Activity: Retype, without any change, the first line of the records and every line after it through the one containing "#82=EDGE_CURVE('',#78,#78,#81,.T.);".
------------------------------------
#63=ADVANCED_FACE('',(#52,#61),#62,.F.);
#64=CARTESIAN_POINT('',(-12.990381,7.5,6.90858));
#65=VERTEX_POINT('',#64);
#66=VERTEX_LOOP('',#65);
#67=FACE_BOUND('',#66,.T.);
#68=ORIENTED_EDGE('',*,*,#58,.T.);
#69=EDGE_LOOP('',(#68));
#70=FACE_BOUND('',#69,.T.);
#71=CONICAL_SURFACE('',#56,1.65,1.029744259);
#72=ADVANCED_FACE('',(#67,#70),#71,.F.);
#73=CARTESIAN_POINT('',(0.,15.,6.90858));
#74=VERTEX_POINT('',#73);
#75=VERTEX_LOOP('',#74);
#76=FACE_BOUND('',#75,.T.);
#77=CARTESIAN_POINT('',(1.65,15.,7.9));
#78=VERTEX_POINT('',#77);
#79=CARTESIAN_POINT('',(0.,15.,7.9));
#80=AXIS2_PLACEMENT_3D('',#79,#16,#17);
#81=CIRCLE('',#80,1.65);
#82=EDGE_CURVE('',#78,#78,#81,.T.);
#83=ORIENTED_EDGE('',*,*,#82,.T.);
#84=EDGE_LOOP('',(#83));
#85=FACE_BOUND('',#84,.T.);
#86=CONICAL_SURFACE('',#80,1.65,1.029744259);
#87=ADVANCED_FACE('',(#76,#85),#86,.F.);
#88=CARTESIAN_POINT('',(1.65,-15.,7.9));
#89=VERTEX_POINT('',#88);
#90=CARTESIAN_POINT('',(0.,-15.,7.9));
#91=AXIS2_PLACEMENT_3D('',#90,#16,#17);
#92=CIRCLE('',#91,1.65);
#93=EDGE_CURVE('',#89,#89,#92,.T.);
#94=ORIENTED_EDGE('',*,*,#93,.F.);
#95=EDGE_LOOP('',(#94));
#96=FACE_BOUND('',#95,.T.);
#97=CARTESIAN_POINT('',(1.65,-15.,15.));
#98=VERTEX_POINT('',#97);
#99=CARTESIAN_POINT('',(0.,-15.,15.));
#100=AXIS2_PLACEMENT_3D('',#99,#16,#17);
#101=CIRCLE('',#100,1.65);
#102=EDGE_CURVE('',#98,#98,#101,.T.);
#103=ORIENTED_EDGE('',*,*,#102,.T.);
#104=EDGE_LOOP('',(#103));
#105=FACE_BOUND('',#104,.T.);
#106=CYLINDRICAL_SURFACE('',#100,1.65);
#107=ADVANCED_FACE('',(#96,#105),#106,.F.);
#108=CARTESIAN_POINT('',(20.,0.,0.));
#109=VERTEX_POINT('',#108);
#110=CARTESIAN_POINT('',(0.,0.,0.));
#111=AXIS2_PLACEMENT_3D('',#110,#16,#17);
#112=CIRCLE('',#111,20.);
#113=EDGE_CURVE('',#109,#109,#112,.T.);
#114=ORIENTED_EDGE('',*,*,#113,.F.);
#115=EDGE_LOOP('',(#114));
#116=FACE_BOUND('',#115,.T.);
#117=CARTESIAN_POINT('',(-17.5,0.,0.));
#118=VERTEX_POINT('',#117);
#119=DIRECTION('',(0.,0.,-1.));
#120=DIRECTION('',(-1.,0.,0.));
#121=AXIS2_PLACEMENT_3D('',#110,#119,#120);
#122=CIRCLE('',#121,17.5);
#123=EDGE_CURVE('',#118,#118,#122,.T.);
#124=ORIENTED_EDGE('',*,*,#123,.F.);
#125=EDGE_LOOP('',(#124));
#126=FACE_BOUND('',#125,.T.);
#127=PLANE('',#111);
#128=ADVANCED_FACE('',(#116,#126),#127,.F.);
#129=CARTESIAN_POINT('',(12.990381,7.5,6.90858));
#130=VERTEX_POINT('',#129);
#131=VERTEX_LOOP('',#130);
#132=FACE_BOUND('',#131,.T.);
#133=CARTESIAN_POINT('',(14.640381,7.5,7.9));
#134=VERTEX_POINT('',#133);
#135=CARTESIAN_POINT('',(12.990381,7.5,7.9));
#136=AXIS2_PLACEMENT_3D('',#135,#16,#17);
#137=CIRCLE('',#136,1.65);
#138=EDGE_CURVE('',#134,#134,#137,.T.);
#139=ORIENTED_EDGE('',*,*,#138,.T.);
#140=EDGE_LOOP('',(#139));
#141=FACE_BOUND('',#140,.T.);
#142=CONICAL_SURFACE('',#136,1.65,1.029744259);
------------------------------------
Problem solution:
#63=ADVANCED_FACE('',(#52,#61),#62,.F.);
#64=CARTESIAN_POINT('',(-12.990381,7.5,6.90858));
#65=VERTEX_POINT('',#64);
#66=VERTEX_LOOP('',#65);
#67=FACE_BOUND('',#66,.T.);
#68=ORIENTED_EDGE('',*,*,#58,.T.);
#69=EDGE_LOOP('',(#68));
#70=FACE_BOUND('',#69,.T.);
#71=CONICAL_SURFACE('',#56,1.65,1.029744259);
#72=ADVANCED_FACE('',(#67,#70),#71,.F.);
#73=CARTESIAN_POINT('',(0.,15.,6.90858));
#74=VERTEX_POINT('',#73);
#75=VERTEX_LOOP('',#74);
#76=FACE_BOUND('',#75,.T.);
#77=CARTESIAN_POINT('',(1.65,15.,7.9));
#78=VERTEX_POINT('',#77);
#79=CARTESIAN_POINT('',(0.,15.,7.9));
#80=AXIS2_PLACEMENT_3D('',#79,#16,#17);
#81=CIRCLE('',#80,1.65);
#82=EDGE_CURVE('',#78,#78,#81,.T.);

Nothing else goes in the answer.